Non solo terapia analitica ma anche psicofarmaci in dosi massicce. L’uso incondizionato di tranquillanti  – che spesso trascinano Marilyn in gravi stati confusionali, tanto da essere ricoverata a più riprese in strutture psichiatriche – è il fallimento della terapia verbale o un modo di tenere sotto controllo una donna “scomoda” per molti?
L’uso degli psicofarmaci rispondeva in primo luogo all’esigenza di superare in tempi rapidi le crisi che Marilyn subiva e che le impedivano di mantenere fede ai suoi impegni lavorativi con gravi ricadute organizzative e finanziarie sulle case produttrici dei suoi film. Poiché la psicoanalisi si fonda su un programma terapeutico di lunga durata, costante nel tempo, questa cura non si addiceva a un personaggio burrascoso come Marilyn. Che poi gli psicofarmaci abbiano avuto anche un’altra funzione, quella di “sedare” una donna che forse sapeva troppo dei rapporti tra la famiglia Kennedy, la mafia e i servizi segreti, in effetti questa è un’ipotesi avanzata da vari biografi dell’attrice.

Cari Lee e Paula, sono stata chiusa con queste povere persone pazze. Sono sicura di diventare pazza anch’io se rimango in questo incubo. Sono al piano dei pericolosi. È come in una cella…

In una lettera a Ralph Greenson, diventato poi il suo analista, la Monroe descrive le violenze psico-fisiche a cui è stata sottoposta in uno dei suoi ricoveri e sottolinea come i medici non vedessero nei pazienti “degli esseri umani sofferenti”. Secondo Lei, tra i cinque terapeuti che l’hanno tenuta in cura, invece, c’è stato qualcuno che si è interessato realmente al suo benessere psichico?

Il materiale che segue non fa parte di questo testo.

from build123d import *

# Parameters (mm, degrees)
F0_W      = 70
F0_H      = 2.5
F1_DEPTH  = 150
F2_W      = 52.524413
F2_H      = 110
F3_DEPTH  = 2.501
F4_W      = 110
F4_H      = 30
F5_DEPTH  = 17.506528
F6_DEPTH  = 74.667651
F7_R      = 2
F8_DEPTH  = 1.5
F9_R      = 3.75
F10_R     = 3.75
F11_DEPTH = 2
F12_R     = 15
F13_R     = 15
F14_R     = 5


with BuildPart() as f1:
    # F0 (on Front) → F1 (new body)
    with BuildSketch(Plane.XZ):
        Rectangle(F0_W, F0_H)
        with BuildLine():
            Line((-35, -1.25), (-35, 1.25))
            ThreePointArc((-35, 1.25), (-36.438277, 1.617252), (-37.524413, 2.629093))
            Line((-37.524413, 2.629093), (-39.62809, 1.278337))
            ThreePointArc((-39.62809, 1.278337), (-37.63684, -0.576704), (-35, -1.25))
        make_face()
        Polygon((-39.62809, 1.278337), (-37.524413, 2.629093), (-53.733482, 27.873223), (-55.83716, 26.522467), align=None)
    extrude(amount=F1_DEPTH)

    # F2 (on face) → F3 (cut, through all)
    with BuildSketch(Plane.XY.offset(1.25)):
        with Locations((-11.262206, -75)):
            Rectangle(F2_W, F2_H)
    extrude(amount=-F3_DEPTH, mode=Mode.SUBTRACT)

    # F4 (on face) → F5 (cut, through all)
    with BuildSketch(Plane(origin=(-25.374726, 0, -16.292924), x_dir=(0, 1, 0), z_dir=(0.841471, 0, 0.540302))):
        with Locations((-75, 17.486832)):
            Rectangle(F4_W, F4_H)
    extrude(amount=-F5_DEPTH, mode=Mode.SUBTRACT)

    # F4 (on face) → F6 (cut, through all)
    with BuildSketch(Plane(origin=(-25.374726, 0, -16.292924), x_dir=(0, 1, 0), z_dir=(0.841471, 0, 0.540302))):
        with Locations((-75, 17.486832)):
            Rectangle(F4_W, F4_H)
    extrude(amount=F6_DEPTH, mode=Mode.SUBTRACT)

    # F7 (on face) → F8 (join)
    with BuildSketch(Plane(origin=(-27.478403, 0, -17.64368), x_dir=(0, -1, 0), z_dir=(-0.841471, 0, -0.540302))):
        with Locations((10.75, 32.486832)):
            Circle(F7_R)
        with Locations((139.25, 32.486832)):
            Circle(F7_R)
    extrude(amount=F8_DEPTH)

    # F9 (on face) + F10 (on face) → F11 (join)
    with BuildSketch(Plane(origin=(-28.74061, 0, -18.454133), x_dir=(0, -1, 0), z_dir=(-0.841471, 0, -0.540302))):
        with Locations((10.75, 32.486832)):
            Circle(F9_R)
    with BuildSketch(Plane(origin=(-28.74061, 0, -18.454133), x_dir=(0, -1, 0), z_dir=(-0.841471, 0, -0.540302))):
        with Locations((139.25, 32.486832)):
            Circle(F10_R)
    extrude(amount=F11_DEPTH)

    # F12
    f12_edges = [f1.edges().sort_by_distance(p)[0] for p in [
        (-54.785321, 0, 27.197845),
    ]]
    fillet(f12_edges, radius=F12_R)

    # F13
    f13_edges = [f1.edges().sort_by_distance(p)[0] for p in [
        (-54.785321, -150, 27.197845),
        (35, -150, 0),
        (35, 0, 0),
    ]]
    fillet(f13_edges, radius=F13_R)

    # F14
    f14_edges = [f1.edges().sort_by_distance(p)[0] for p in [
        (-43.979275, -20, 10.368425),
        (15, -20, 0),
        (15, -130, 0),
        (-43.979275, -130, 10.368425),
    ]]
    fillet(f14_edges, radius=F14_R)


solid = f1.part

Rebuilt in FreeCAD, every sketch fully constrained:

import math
import FreeCAD as App
import Part
import Sketcher
from FreeCAD import Vector


def edges_at(feature, points):
    """Names of the edges that pass closest to the given points."""
    edges = feature.Shape.Edges
    near = lambda p: min(range(len(edges)), key=lambda i: edges[i].distToShape(Part.Vertex(*p))[0])
    return sorted({f"Edge{near(p) + 1}" for p in points})


def add_polygon(sketch, points):
    """Adds a closed chain of lines whose ends are joined by coincident constraints."""
    first, n = sketch.GeometryCount, len(points)
    for a, b in zip(points, points[1:] + points[:1]):
        sketch.addGeometry(Part.LineSegment(App.Vector(*a, 0), App.Vector(*b, 0)), False)
    for i in range(n):
        sketch.addConstraint(Sketcher.Constraint("Coincident", first + i, 2, first + (i + 1) % n, 1))

doc = App.newDocument("Part")
body = doc.addObject("PartDesign::Body", "Body")

# Sketch on XZ plane
sketch1 = body.newObject("Sketcher::SketchObject", "Sketch")
sketch1.AttachmentSupport = (doc.getObject("XZ_Plane"), [""])
sketch1.MapMode = "FlatFace"
sketch1.addGeometry(Part.LineSegment(Vector(-35, -1.2, 0), Vector(35, -1.2, 0)), False)
sketch1.addGeometry(Part.LineSegment(Vector(35, -1.2, 0), Vector(35, 1.2, 0)), False)
sketch1.addGeometry(Part.LineSegment(Vector(35, 1.2, 0), Vector(-35, 1.2, 0)), False)
sketch1.addGeometry(Part.ArcOfCircle(Part.Circle(Vector(-35, 4.2, 0), Vector(0, 0, 1), 3), math.radians(-147), math.radians(-90)), False)
sketch1.addGeometry(Part.LineSegment(Vector(-37.5, 2.6, 0), Vector(-53.7, 27.9, 0)), False)
sketch1.addGeometry(Part.LineSegment(Vector(-53.7, 27.9, 0), Vector(-55.8, 26.5, 0)), False)
sketch1.addGeometry(Part.LineSegment(Vector(-55.8, 26.5, 0), Vector(-39.6, 1.3, 0)), False)
sketch1.addGeometry(Part.ArcOfCircle(Part.Circle(Vector(-35, 4.3, 0), Vector(0, 0, 1), 5.5), math.radians(-147), math.radians(-90)), False)
sketch1.addConstraint(Sketcher.Constraint("Coincident", 0, 2, 1, 1))
sketch1.addConstraint(Sketcher.Constraint("Coincident", 1, 2, 2, 1))
sketch1.addConstraint(Sketcher.Constraint("Tangent", 2, 2, 3, 2))
sketch1.addConstraint(Sketcher.Constraint("Tangent", 3, 1, 4, 1))
sketch1.addConstraint(Sketcher.Constraint("Coincident", 4, 2, 5, 1))
sketch1.addConstraint(Sketcher.Constraint("Coincident", 5, 2, 6, 1))
sketch1.addConstraint(Sketcher.Constraint("Tangent", 6, 2, 7, 1))
sketch1.addConstraint(Sketcher.Constraint("Tangent", 7, 2, 0, 1))
sketch1.addConstraint(Sketcher.Constraint("Horizontal", 0))
sketch1.addConstraint(Sketcher.Constraint("Vertical", 1))
sketch1.addConstraint(Sketcher.Constraint("Horizontal", 2))
sketch1.addConstraint(Sketcher.Constraint("Coincident", 7, 3, 3, 3))
sketch1.addConstraint(Sketcher.Constraint("Symmetric", 0, 2, 2, 2, -1, 1))
sketch1.addConstraint(Sketcher.Constraint("Perpendicular", 4, 5))
sketch1.addConstraint(Sketcher.Constraint("Perpendicular", 5, 6))
sketch1.addConstraint(Sketcher.Constraint("Radius", 7, 5.500001))
sketch1.addConstraint(Sketcher.Constraint("DistanceX", 0, 1, 0, 2, 70.0))
sketch1.addConstraint(Sketcher.Constraint("Distance", 4, 30.0))
sketch1.addConstraint(Sketcher.Constraint("DistanceY", 1, 1, 1, 2, 2.5))
sketch1.addConstraint(Sketcher.Constraint("DistanceX", 5, 2, -1, 1, 55.83716))
pad1 = body.newObject("PartDesign::Pad", "Pad")
pad1.Profile = sketch1
pad1.Length = 150

# Sketch on XY plane
sketch2 = body.newObject("Sketcher::SketchObject", "Sketch001")
sketch2.AttachmentSupport = (doc.getObject("XY_Plane"), [""])
sketch2.MapMode = "FlatFace"
sketch2.AttachmentOffset = App.Placement(Vector(0, 0, 1.25), App.Rotation())
add_polygon(sketch2, [(-38, -20), (-38, -130), (15, -130), (15, -20)])  # lines 0-3
sketch2.addConstraint(Sketcher.Constraint("Vertical", 0))
sketch2.addConstraint(Sketcher.Constraint("Horizontal", 1))
sketch2.addConstraint(Sketcher.Constraint("Vertical", 2))
sketch2.addConstraint(Sketcher.Constraint("Horizontal", 3))
sketch2.addConstraint(Sketcher.Constraint("DistanceY", 0, 2, 0, 1, 110.0))
sketch2.addConstraint(Sketcher.Constraint("DistanceY", 0, 2, -1, 1, 130.0))
sketch2.addConstraint(Sketcher.Constraint("DistanceX", -1, 1, 1, 2, 15.000001))
sketch2.addConstraint(Sketcher.Constraint("DistanceX", 1, 1, 1, 2, 52.524413))
pocket1 = body.newObject("PartDesign::Pocket", "Pocket")
pocket1.Profile = sketch2
pocket1.Type = "ThroughAll"

# Sketch on an angled plane
sketch3 = body.newObject("Sketcher::SketchObject", "Sketch002")
sketch3.Placement = App.Placement(Vector(-25.374726, 0, -16.292924), App.Rotation(Vector(0, 1, 0), Vector(-0.540302082, 0, 0.841471128), Vector(0.841471128, 0, 0.540302082), "ZXY"))
add_polygon(sketch3, [(-130, 32), (-130, 2), (-20, 2), (-20, 32)])  # lines 0-3
sketch3.addConstraint(Sketcher.Constraint("Vertical", 0))
sketch3.addConstraint(Sketcher.Constraint("Horizontal", 1))
sketch3.addConstraint(Sketcher.Constraint("Vertical", 2))
sketch3.addConstraint(Sketcher.Constraint("Horizontal", 3))
sketch3.addConstraint(Sketcher.Constraint("DistanceX", 1, 1, 1, 2, 110.0))
sketch3.addConstraint(Sketcher.Constraint("DistanceY", 0, 2, 0, 1, 30.0))
sketch3.addConstraint(Sketcher.Constraint("DistanceX", 0, 2, -1, 1, 130.0))
sketch3.addConstraint(Sketcher.Constraint("DistanceY", -1, 1, 0, 2, 2.486832))
pocket2 = body.newObject("PartDesign::Pocket", "Pocket001")
pocket2.Profile = sketch3
pocket2.Type = "ThroughAll"

# Sketch on an angled plane
sketch4 = body.newObject("Sketcher::SketchObject", "Sketch003")
sketch4.Placement = App.Placement(Vector(-25.374726, 0, -16.292924), App.Rotation(Vector(0, 1, 0), Vector(-0.540302082, 0, 0.841471128), Vector(0.841471128, 0, 0.540302082), "ZXY"))
add_polygon(sketch4, [(-130, 32), (-130, 2), (-20, 2), (-20, 32)])  # lines 0-3
sketch4.addConstraint(Sketcher.Constraint("Vertical", 0))
sketch4.addConstraint(Sketcher.Constraint("Horizontal", 1))
sketch4.addConstraint(Sketcher.Constraint("Vertical", 2))
sketch4.addConstraint(Sketcher.Constraint("Horizontal", 3))
sketch4.addConstraint(Sketcher.Constraint("DistanceX", 1, 1, 1, 2, 110.0))
sketch4.addConstraint(Sketcher.Constraint("DistanceY", 0, 2, 0, 1, 30.0))
sketch4.addConstraint(Sketcher.Constraint("DistanceX", 0, 2, -1, 1, 130.0))
sketch4.addConstraint(Sketcher.Constraint("DistanceY", -1, 1, 0, 2, 2.486832))
pocket3 = body.newObject("PartDesign::Pocket", "Pocket002")
pocket3.Profile = sketch4
pocket3.Type = "ThroughAll"
pocket3.Reversed = True

# Sketch on an angled plane
sketch5 = body.newObject("Sketcher::SketchObject", "Sketch004")
sketch5.Placement = App.Placement(Vector(-27.478403, 0, -17.64368), App.Rotation(Vector(0, -1, 0), Vector(-0.540302082, 0, 0.841471128), Vector(-0.841471128, 0, -0.540302082), "ZXY"))
sketch5.addGeometry(Part.Circle(Vector(10.8, 32.5, 0), Vector(0, 0, 1), 2), False)
sketch5.addGeometry(Part.Circle(Vector(139.2, 32.5, 0), Vector(0, 0, 1), 2), False)
sketch5.addConstraint(Sketcher.Constraint("Equal", 0, 1))
sketch5.addConstraint(Sketcher.Constraint("Horizontal", 0, 3, 1, 3))
sketch5.addConstraint(Sketcher.Constraint("Diameter", 0, 4.0))
sketch5.addConstraint(Sketcher.Constraint("DistanceX", 0, 3, 1, 3, 128.5))
sketch5.addConstraint(Sketcher.Constraint("DistanceX", -1, 1, 0, 3, 10.75))
sketch5.addConstraint(Sketcher.Constraint("DistanceY", -1, 1, 0, 3, 32.486832))
pad2 = body.newObject("PartDesign::Pad", "Pad001")
pad2.Profile = sketch5
pad2.Length = 1.5

# Sketch on an angled plane
sketch6 = body.newObject("Sketcher::SketchObject", "Sketch005")
sketch6.Placement = App.Placement(Vector(-28.74061, 0, -18.454133), App.Rotation(Vector(0, -1, 0), Vector(-0.540302082, 0, 0.841471128), Vector(-0.841471128, 0, -0.540302082), "ZXY"))
sketch6.addGeometry(Part.Circle(Vector(10.8, 32.5, 0), Vector(0, 0, 1), 3.8), False)
sketch6.addGeometry(Part.Circle(Vector(139.2, 32.5, 0), Vector(0, 0, 1), 3.8), False)
sketch6.addConstraint(Sketcher.Constraint("Equal", 0, 1))
sketch6.addConstraint(Sketcher.Constraint("Horizontal", 0, 3, 1, 3))
sketch6.addConstraint(Sketcher.Constraint("Diameter", 0, 7.5))
sketch6.addConstraint(Sketcher.Constraint("DistanceX", 0, 3, 1, 3, 128.5))
sketch6.addConstraint(Sketcher.Constraint("DistanceX", -1, 1, 0, 3, 10.75))
sketch6.addConstraint(Sketcher.Constraint("DistanceY", -1, 1, 0, 3, 32.486832))
pad3 = body.newObject("PartDesign::Pad", "Pad002")
pad3.Profile = sketch6
pad3.Length = 2
doc.recompute()

fillet = body.newObject("PartDesign::Fillet", "Fillet")
fillet.Base = (pad3, edges_at(pad3, [(-54.785, 0, 27.198)]))
fillet.Radius = 15
doc.recompute()

fillet2 = body.newObject("PartDesign::Fillet", "Fillet001")
fillet2.Base = (fillet, edges_at(fillet, [(-54.785, -150, 27.198), (35, -150, 0), (35, 0, 0)]))
fillet2.Radius = 15
doc.recompute()

fillet3 = body.newObject("PartDesign::Fillet", "Fillet002")
fillet3.Base = (fillet2, edges_at(fillet2, [
    (-43.979, -20, 10.368),
    (15, -20, 0),
    (15, -130, 0),
    (-43.979, -130, 10.368),
]))
fillet3.Radius = 5

doc.recompute()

Purtroppo direi di no, perlomeno sulla base dei documenti disponibili. Si ha sempre l’impressione che anche per i suoi psicoanalisti Marilyn rappresentasse un’icona, un mito, piuttosto che una persona sofferente. Ho trovato più umano l’atteggiamento di Joe Di Maggio, anche quando non era più suo marito, ma era sempre pronto a darle una mano. Fu lui ad accorrere subito per portarla via dalla clinica psichiatrica (ed allora non erano bei posti neppure a New York) dove l’aveva fatta ricoverare la psicoanalista del momento, incapace di gestire la sua “difficile” paziente.

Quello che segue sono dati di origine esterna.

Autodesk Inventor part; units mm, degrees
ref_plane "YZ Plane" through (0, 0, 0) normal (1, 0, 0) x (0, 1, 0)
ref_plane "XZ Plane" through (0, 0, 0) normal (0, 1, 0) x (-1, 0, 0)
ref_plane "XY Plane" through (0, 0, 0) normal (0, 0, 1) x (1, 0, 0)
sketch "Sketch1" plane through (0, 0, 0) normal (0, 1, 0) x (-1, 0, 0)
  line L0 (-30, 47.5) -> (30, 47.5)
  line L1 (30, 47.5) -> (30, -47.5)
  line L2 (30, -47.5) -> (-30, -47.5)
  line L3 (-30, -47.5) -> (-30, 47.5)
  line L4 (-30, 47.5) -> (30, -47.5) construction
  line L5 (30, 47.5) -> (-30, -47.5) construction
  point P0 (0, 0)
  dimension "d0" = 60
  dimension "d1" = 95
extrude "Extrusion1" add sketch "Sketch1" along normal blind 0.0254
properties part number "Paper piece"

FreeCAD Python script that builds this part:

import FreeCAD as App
import Part
import Sketcher

V = App.Vector

doc = App.newDocument("Part")
body = doc.addObject("PartDesign::Body", "Body")

# Sketch on XZ plane
sketch1 = body.newObject("Sketcher::SketchObject", "Sketch")
sketch1.AttachmentSupport = (doc.getObject("XZ_Plane"), [""])
sketch1.MapMode = "FlatFace"
sketch1.addGeometry(Part.LineSegment(V(-30, 48, 0), V(30, 48, 0)), False)
sketch1.addGeometry(Part.LineSegment(V(30, 48, 0), V(30, -48, 0)), False)
sketch1.addGeometry(Part.LineSegment(V(30, -48, 0), V(-30, -48, 0)), False)
sketch1.addGeometry(Part.LineSegment(V(-30, -48, 0), V(-30, 48, 0)), False)
sketch1.addConstraint(Sketcher.Constraint("Coincident", 0, 2, 1, 1))
sketch1.addConstraint(Sketcher.Constraint("Coincident", 1, 2, 2, 1))
sketch1.addConstraint(Sketcher.Constraint("Coincident", 2, 2, 3, 1))
sketch1.addConstraint(Sketcher.Constraint("Coincident", 3, 2, 0, 1))
sketch1.addConstraint(Sketcher.Constraint("Horizontal", 0))
sketch1.addConstraint(Sketcher.Constraint("Vertical", 1))
sketch1.addConstraint(Sketcher.Constraint("Horizontal", 2))
sketch1.addConstraint(Sketcher.Constraint("Vertical", 3))
sketch1.addConstraint(Sketcher.Constraint("Symmetric", 0, 2, 2, 2, -1, 1))
sketch1.addConstraint(Sketcher.Constraint("DistanceX", 0, 1, 0, 2, 60.0))
sketch1.addConstraint(Sketcher.Constraint("DistanceY", 1, 2, 1, 1, 95.0))
pad1 = body.newObject("PartDesign::Pad", "Pad")
pad1.Profile = sketch1
pad1.Length = 0.0254
pad1.Reversed = True

doc.recompute()
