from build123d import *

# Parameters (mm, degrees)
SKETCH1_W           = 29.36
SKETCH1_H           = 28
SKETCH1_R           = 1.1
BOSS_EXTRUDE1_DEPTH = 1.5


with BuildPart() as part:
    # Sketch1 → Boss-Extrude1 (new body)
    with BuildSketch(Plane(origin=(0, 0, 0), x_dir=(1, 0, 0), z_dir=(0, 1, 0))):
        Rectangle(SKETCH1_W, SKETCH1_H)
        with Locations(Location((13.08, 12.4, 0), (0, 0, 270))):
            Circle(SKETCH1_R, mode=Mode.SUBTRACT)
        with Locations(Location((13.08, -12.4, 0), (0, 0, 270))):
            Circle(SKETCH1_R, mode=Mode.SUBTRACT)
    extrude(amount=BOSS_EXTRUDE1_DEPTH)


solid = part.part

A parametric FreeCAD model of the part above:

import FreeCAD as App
import Part
import Sketcher
from FreeCAD import Vector
Q = App.Units.Quantity

doc = App.newDocument("Part")
params = doc.addObject("Spreadsheet::Sheet", "Params")
for row, (alias, value) in enumerate([
    ("sketch1_diameter", "2.2 mm"),
    ("sketch1_height", "28 mm"),
    ("sketch1_width", "29.36 mm"),
    ("pad1_length", "1.5 mm"),
], start=1):
    params.set(f"A{row}", alias)
    params.set(f"B{row}", "=" + value)
    params.setAlias(f"B{row}", alias)

body = doc.addObject("PartDesign::Body", "Body")

sketch1 = body.newObject("Sketcher::SketchObject", "Sketch")
sketch1.AttachmentSupport = (doc.getObject("XZ_Plane"), [""])
sketch1.MapMode = "FlatFace"
sketch1.addGeometry([
    Part.LineSegment(Vector(-14.68, -14, 0), Vector(-14.68, 14, 0)),
    Part.LineSegment(Vector(-14.68, 14, 0), Vector(14.68, 14, 0)),
    Part.LineSegment(Vector(14.68, 14, 0), Vector(14.68, -14, 0)),
    Part.LineSegment(Vector(14.68, -14, 0), Vector(-14.68, -14, 0)),
    Part.Circle(Vector(13.08, 12.4, 0), Vector(0, 0, 1), 1.1),
    Part.Circle(Vector(13.08, -12.4, 0), Vector(0, 0, 1), 1.1),
], False)
sketch1.addConstraint([
    Sketcher.Constraint("Coincident", 0, 2, 1, 1),
    Sketcher.Constraint("Coincident", 1, 2, 2, 1),
    Sketcher.Constraint("Coincident", 2, 2, 3, 1),
    Sketcher.Constraint("Coincident", 3, 2, 0, 1),
    Sketcher.Constraint("Vertical", 0),
    Sketcher.Constraint("Horizontal", 1),
    Sketcher.Constraint("Vertical", 2),
    Sketcher.Constraint("Horizontal", 3),
    Sketcher.Constraint("Equal", 4, 5),
    Sketcher.Constraint("Symmetric", 0, 2, 2, 2, -1, 1),
    Sketcher.Constraint("Symmetric", 4, 3, 5, 3, -1),
    Sketcher.Constraint("Diameter", 4, Q("2.2 mm")),
    Sketcher.Constraint("DistanceY", 0, 1, 0, 2, Q("28 mm")),
    Sketcher.Constraint("DistanceX", 1, 1, 1, 2, Q("29.36 mm")),
    Sketcher.Constraint("DistanceY", -1, 1, 4, 3, Q("12.4 mm")),
    Sketcher.Constraint("DistanceX", 4, 3, 1, 2, Q("1.6 mm")),
])
sketch1.setExpression("Constraints[11]", "Params.sketch1_diameter")
sketch1.setExpression("Constraints[12]", "Params.sketch1_height")
sketch1.setExpression("Constraints[13]", "Params.sketch1_width")
pad1 = body.newObject("PartDesign::Pad", "Pad")
pad1.Profile = sketch1
pad1.setExpression("Length", "Params.pad1_length")
pad1.Reversed = True

doc.recompute()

5 agosto 1962; intorno alla casa di Marilyn si avvicendano una serie di personaggi: noti, meno noti, in incognito… Le ipotesi sulla sua fine ancora oggi si alternano: suicidio, omicidio… Secondo Lei si riuscirà a raggiungere la verità sulla morte della Monroe?

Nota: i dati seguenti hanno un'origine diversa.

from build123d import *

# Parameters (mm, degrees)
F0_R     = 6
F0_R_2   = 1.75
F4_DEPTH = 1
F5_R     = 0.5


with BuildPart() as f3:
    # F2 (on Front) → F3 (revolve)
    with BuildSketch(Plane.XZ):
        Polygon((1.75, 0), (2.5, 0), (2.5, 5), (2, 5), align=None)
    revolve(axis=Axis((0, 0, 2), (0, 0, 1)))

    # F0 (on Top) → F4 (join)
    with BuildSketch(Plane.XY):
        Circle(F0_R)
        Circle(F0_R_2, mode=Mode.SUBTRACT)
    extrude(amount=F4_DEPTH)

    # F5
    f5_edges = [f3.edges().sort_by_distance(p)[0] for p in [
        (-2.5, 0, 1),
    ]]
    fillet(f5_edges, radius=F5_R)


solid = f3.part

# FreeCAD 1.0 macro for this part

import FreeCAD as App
import Part
import Sketcher
from FreeCAD import Vector


def edges_at(feature, points):
    """Names of the edges that pass closest to the given points."""
    edges = feature.Shape.Edges
    near = lambda p: min(range(len(edges)), key=lambda i: edges[i].distToShape(Part.Vertex(*p))[0])
    return sorted({f"Edge{near(p) + 1}" for p in points})

doc = App.newDocument("Part")
body = doc.addObject("PartDesign::Body", "Body")

sketch1 = doc.addObject("Sketcher::SketchObject", "Sketch")
body.addObject(sketch1)
sketch1.AttachmentSupport = (doc.XZ_Plane, [""])
sketch1.MapMode = "FlatFace"
sketch1.addGeometry([
    Part.LineSegment(Vector(1.8, 0, 0), Vector(2.5, 0, 0)),
    Part.LineSegment(Vector(2.5, 0, 0), Vector(2.5, 5, 0)),
    Part.LineSegment(Vector(2.5, 5, 0), Vector(2, 5, 0)),
    Part.LineSegment(Vector(2, 5, 0), Vector(1.8, 0, 0)),
], False)
sketch1.addConstraint([
    Sketcher.Constraint("Coincident", 0, 2, 1, 1),
    Sketcher.Constraint("Coincident", 1, 2, 2, 1),
    Sketcher.Constraint("Coincident", 2, 2, 3, 1),
    Sketcher.Constraint("Coincident", 3, 2, 0, 1),
    Sketcher.Constraint("Horizontal", 0),
    Sketcher.Constraint("Vertical", 1),
    Sketcher.Constraint("Horizontal", 2),
    Sketcher.Constraint("PointOnObject", 0, 2, -1),
    Sketcher.Constraint("DistanceY", 1, 1, 1, 2, 5.0),
    Sketcher.Constraint("DistanceX", 2, 2, 2, 1, 0.5),
    Sketcher.Constraint("DistanceX", -1, 1, 2, 2, 2.0),
    Sketcher.Constraint("DistanceX", 0, 1, 0, 2, 0.75),
])
revolution = doc.addObject("PartDesign::Revolution", "Revolution")
body.addObject(revolution)
revolution.Profile = sketch1
revolution.ReferenceAxis = (sketch1, ["V_Axis"])
revolution.Angle = 360

sketch2 = doc.addObject("Sketcher::SketchObject", "Sketch001")
body.addObject(sketch2)
sketch2.AttachmentSupport = (doc.XY_Plane, [""])
sketch2.MapMode = "FlatFace"
sketch2.addGeometry([
    Part.Circle(Vector(0, 0, 0), Vector(0, 0, 1), 6),
    Part.Circle(Vector(0, 0, 0), Vector(0, 0, 1), 1.8),
], False)
sketch2.addConstraint([
    Sketcher.Constraint("Coincident", 0, 3, -1, 1),
    Sketcher.Constraint("Coincident", 1, 3, -1, 1),
    Sketcher.Constraint("Diameter", 0, 12.0),
    Sketcher.Constraint("Diameter", 1, 3.5),
])
pad1 = doc.addObject("PartDesign::Pad", "Pad")
body.addObject(pad1)
pad1.Profile = sketch2
pad1.Length = 1
doc.recompute()

fillet = doc.addObject("PartDesign::Fillet", "Fillet")
body.addObject(fillet)
fillet.Base = (pad1, edges_at(pad1, [(-2.5, 0, 1)]))
fillet.Radius = 0.5

doc.recompute()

La morte di Marilyn si situa in una fase della storia degli Stati Uniti segnata dai successivi omicidi di John F. Kennedy e del fratello Robert. Più si scava sui moventi e sui personaggi implicati nella eliminazione dei Kennedy, sempre più plausibile diviene l’ipotesi che la fine di Marilyn vada inquadrata in quello scenario. Le ricerche più recenti, fondate su nuove testimonianze e prove, tendono a confermare la pista dell’omicidio: vi era il pericolo che Marilyn svelasse alcune informazioni molto compromettenti sui retroscena della politica dei Kennedy. In questo senso Marilyn, più che un caso clinico per gli psicologi e gli psicoanalisti, rappresenta un pezzo di storia del secondo Novecento, e sotto questo aspetto merita ancora di essere studiata per capire cosa nascondesse quel sorriso malizioso.